Until 2014, various claims about the identity of the person wearing the leather pants were made. These included Mike Reno, the band's lead singer, who "just went along with" such claims, and Paul Dean, both of whom wore red leather pants during the concert tour for the album. At other times, both were ambiguous about the identity of the model. In a 2012 interview, Reno stated that the model was the photographer's daughter, a claim repeated in a 2013 interview. CBC Music confirmed the identity of the model in an interview with Steven Keller in August 2014. According to Kennedy, his stylist found only one pair of red leather pants while shopping in New York City before the photo shoot in 1981. They fit none of the band members or models on the set. At home later that day, his daughter returned from school, saw the pants, and asked to try them. They fit her, and Kennedy decided to use her as the model.

It is unknown whose hand and arm are in the picture. According to a 2015 article in The Toronto Star newspaper, an "Argentinian male model, six foot five" was hired "on the basis of his big hands". Tymara Kennedy died in an automobile crash in 1991, at 22 years old, with the cover to this album as her only modelling credit.

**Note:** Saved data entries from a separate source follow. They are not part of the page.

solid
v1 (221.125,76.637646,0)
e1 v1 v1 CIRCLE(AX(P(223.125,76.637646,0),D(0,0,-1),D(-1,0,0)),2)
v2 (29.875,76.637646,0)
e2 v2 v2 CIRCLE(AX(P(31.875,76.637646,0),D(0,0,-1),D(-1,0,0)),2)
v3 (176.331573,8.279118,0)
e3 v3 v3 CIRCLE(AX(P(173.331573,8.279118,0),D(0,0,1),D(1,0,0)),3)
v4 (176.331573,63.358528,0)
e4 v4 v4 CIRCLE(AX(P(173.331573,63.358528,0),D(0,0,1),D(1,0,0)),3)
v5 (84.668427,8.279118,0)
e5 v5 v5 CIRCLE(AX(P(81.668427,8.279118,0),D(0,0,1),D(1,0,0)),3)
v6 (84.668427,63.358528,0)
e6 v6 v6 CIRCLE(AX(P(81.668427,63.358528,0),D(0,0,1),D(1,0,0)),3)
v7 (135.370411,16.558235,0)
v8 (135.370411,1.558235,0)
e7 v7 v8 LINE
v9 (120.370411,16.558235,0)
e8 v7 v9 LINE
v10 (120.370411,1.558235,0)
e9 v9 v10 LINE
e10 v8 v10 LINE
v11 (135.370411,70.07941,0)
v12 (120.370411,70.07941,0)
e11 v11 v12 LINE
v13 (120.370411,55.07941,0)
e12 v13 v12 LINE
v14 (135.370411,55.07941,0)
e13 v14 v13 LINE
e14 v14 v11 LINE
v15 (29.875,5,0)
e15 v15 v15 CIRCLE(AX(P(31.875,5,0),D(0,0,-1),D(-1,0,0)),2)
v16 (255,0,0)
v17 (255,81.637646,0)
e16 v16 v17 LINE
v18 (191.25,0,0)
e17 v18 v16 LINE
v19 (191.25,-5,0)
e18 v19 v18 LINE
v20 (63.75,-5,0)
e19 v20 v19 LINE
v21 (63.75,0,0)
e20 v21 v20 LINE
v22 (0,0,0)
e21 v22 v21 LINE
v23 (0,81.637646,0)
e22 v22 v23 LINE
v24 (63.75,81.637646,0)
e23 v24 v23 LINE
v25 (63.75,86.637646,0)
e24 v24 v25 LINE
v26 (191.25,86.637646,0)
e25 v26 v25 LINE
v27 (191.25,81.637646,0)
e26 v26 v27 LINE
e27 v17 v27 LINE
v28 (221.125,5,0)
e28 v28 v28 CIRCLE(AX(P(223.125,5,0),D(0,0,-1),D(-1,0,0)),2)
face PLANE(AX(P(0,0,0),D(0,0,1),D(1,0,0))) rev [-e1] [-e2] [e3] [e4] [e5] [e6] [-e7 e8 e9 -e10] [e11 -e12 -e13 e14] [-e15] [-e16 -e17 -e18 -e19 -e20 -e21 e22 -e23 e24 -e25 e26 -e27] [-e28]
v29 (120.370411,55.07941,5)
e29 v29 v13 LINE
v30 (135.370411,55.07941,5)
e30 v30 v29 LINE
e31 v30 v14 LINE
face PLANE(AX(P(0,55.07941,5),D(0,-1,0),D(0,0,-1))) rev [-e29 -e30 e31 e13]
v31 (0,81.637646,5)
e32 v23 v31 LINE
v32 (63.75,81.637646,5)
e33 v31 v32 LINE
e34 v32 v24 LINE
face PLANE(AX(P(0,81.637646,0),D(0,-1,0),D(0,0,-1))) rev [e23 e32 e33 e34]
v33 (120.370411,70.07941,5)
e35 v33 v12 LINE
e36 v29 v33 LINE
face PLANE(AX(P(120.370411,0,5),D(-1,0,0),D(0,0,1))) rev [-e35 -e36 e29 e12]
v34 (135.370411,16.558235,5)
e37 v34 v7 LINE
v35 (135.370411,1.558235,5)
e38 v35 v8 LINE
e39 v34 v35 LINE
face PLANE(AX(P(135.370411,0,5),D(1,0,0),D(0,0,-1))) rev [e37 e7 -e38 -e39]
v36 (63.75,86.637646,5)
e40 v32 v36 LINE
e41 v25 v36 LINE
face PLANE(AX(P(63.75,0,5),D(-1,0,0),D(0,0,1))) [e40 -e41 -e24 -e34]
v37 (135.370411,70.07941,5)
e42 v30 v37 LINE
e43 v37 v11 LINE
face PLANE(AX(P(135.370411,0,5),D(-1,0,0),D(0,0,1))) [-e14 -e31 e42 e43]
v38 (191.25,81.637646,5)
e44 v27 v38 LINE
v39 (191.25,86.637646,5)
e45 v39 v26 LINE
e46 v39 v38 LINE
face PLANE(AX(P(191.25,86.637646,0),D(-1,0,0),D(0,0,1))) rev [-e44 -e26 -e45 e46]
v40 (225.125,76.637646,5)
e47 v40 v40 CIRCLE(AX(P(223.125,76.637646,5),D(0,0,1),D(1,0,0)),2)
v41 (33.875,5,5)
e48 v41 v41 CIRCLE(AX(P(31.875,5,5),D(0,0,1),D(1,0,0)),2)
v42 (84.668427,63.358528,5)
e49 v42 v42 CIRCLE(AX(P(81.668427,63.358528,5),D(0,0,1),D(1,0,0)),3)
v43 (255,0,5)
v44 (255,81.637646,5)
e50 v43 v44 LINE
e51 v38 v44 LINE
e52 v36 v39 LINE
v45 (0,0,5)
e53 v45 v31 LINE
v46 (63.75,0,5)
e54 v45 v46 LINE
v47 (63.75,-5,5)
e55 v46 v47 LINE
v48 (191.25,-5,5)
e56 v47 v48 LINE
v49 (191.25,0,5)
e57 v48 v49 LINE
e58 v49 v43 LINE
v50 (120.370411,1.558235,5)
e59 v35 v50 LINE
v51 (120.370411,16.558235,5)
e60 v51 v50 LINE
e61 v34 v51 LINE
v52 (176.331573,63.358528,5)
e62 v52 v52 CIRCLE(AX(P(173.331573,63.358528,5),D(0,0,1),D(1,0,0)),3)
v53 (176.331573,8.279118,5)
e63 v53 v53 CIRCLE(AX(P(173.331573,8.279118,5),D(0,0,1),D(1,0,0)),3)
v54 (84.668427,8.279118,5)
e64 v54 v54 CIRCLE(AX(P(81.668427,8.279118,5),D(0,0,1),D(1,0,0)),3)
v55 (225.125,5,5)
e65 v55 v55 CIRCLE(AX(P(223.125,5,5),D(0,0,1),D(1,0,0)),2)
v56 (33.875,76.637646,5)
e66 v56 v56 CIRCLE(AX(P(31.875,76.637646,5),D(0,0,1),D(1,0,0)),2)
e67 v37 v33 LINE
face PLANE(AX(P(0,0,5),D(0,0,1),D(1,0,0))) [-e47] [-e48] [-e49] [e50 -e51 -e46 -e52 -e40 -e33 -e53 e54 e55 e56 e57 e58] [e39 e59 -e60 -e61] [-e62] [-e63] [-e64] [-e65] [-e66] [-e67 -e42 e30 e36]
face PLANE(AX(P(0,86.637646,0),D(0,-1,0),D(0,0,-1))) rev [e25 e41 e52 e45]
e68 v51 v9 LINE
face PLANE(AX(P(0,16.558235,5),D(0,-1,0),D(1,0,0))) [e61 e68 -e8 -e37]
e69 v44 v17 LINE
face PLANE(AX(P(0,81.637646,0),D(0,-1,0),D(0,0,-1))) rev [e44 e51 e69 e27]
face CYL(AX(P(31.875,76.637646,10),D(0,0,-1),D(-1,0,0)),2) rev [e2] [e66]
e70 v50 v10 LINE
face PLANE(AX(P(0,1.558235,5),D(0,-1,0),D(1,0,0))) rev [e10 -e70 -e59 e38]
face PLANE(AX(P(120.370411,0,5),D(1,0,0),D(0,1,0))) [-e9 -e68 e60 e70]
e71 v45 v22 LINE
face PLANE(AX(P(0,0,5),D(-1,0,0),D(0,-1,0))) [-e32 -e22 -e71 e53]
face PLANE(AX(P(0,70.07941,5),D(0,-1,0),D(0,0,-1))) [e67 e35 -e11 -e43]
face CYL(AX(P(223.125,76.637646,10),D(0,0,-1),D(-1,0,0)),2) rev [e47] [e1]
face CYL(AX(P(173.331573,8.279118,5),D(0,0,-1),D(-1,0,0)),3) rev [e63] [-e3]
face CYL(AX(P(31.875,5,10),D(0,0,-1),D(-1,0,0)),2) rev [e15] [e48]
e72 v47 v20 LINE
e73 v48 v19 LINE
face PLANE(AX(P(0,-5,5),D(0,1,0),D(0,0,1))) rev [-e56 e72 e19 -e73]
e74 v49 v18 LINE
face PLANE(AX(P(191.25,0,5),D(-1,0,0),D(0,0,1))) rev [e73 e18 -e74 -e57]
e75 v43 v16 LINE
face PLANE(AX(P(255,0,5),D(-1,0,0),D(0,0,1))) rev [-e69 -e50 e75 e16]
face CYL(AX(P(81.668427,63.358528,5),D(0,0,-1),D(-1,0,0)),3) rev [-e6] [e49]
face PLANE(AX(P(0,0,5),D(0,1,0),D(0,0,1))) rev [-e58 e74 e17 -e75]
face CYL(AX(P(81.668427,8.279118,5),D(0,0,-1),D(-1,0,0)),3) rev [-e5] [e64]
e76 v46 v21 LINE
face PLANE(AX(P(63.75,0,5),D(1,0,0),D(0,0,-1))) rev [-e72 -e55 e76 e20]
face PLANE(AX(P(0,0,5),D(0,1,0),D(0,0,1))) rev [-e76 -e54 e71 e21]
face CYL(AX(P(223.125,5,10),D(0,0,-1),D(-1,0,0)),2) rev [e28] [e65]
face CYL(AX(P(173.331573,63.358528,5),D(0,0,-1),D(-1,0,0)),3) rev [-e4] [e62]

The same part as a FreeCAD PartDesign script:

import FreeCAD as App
import Part
import Sketcher

V = App.Vector
Q = App.Units.Quantity


def add_polygon(sketch, points):
    """Adds a closed chain of lines whose ends are joined by coincident constraints."""
    first, n = sketch.GeometryCount, len(points)
    for a, b in zip(points, points[1:] + points[:1]):
        sketch.addGeometry(Part.LineSegment(App.Vector(*a, 0), App.Vector(*b, 0)), False)
    for i in range(n):
        sketch.addConstraint(Sketcher.Constraint("Coincident", first + i, 2, first + (i + 1) % n, 1))

doc = App.newDocument("Part")
body = doc.addObject("PartDesign::Body", "Body")

sketch1 = doc.addObject("Sketcher::SketchObject", "Sketch")
body.addObject(sketch1)
sketch1.AttachmentSupport = (doc.XY_Plane, [""])
sketch1.MapMode = "FlatFace"
add_polygon(sketch1, [(255, 71.6), (191.2, 71.6), (191.2, 76.6), (63.8, 76.6), (63.8, 71.6), (0, 71.6), (0, 0), (63.8, 0), (63.8, -5), (191.2, -5), (191.2, 0), (255, 0)])
sketch1.addGeometry(Part.Circle(V(173.3, 8.3, 0), V(0, 0, 1), 3), False)
add_polygon(sketch1, [(120.4, 1.6), (120.4, 16.6), (135.4, 16.6), (135.4, 1.6)])
sketch1.addGeometry(Part.Circle(V(81.7, 8.3, 0), V(0, 0, 1), 3), False)
sketch1.addGeometry(Part.Circle(V(173.3, 63.4, 0), V(0, 0, 1), 3), False)
add_polygon(sketch1, [(120.4, 55.1), (120.4, 70.1), (135.4, 70.1), (135.4, 55.1)])
sketch1.addGeometry(Part.Circle(V(81.7, 63.4, 0), V(0, 0, 1), 3), False)
sketch1.addConstraint([
    Sketcher.Constraint("Horizontal", 0),
    Sketcher.Constraint("Vertical", 1),
    Sketcher.Constraint("Horizontal", 2),
    Sketcher.Constraint("Vertical", 3),
    Sketcher.Constraint("Horizontal", 4),
    Sketcher.Constraint("Vertical", 5),
    Sketcher.Constraint("Horizontal", 6),
    Sketcher.Constraint("Vertical", 7),
    Sketcher.Constraint("Horizontal", 8),
    Sketcher.Constraint("Vertical", 9),
    Sketcher.Constraint("Horizontal", 10),
    Sketcher.Constraint("Vertical", 11),
    Sketcher.Constraint("Vertical", 13),
    Sketcher.Constraint("Horizontal", 14),
    Sketcher.Constraint("Vertical", 15),
    Sketcher.Constraint("Horizontal", 16),
    Sketcher.Constraint("Vertical", 19),
    Sketcher.Constraint("Horizontal", 20),
    Sketcher.Constraint("Vertical", 21),
    Sketcher.Constraint("Horizontal", 22),
    Sketcher.Constraint("Coincident", 5, 2, -1, 1),
    Sketcher.Constraint("Equal", 12, 17),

The cover was chosen as one of the 50 greatest Canadian album covers by CBC Music staff in 2014.

The cover of American singer Joan As Police Woman's 2020 album Cover Two is an homage to this Loverboy album.

==Track listing==

Bonus tracks on remastered edition

| No. | Title | Writer(s) | Length |
|---|---|---|---|
| 1. | "Working for the Weekend" | Paul Dean, Matt Frenette, Mike Reno | 3:41 |
| 2. | "When It's Over" | Dean, Reno | 5:08 |
| 3. | "Jump" | Bryan Adams, Dean, Frenette, Reno, Jim Vallance | 3:41 |
| 4. | "Gangs in the Street" | Dean, Reno | 4:35 |
| 5. | "Emotional" | Dean | 4:55 |
| 6. | "Lucky Ones" | Dean, Reno, Scott Smith, Denise Thurlow | 3:51 |
| 7. | "It's Your Life" | Dean, Frenette, Johnson, Reno, Smith | 4:05 |
| 8. | "Watch Out" | Dean, Johnson | 4:02 |
| 9. | "Take Me to the Top" | Dean, Johnson, Reno | 6:13 |

| No. | Title | Writer(s) | Length |
|---|---|---|---|
| 10. | "I Told You So (Demo)" |  | 1:13 |
| 11. | "Boy Likes the Girl (Demo)" |  | 4:32 |
| 12. | "Your Town Saturday Night (Demo)" |  | 3:08 |
| 13. | "Working for the Weekend (Demo)" | Paul Dean, Matt Frenette, Mike Reno | 3:47 |

==Personnel==
All information from the album booklet.

Loverboy
- Mike Reno – lead vocals
- Paul Dean – guitar, backing vocals, lead vocal on "Emotional"
- Doug Johnson – keyboards
- Scott Smith – bass
- Matt Frenette – drums

Additional musicians
- Nancy Nash – backing vocals on "When It's Over"

Production
- Bruce Fairbairn – producer
- Keith Stein – engineer, recording
- Rob Porter – engineer, recording
- John Berg – cover design
- Bob Rock – mixing, engineer
- Mike Fraser – mixing, engineer
- George Marino – mastering
- David Kennedy – photography

==Charts==

| Chart (1981–1982) | Peak position |
|---|---|
| Australian Albums (Kent Music Report) | 70 |
| Canada Top Albums/CDs (RPM) | 8 |
| New Zealand Albums (RMNZ) | 21 |
| US Billboard 200 | 7 |

== Certifications ==

| Region | Certification | Certified units/sales |
| Canada (Music Canada) | 5× Platinum | 500,000^{‡} |
| United States (RIAA) | 4× Platinum | 4,000,000^{^} |
^{^} Shipments figures based on certification alone. ^{‡} Sales+streaming figures based on certification alone.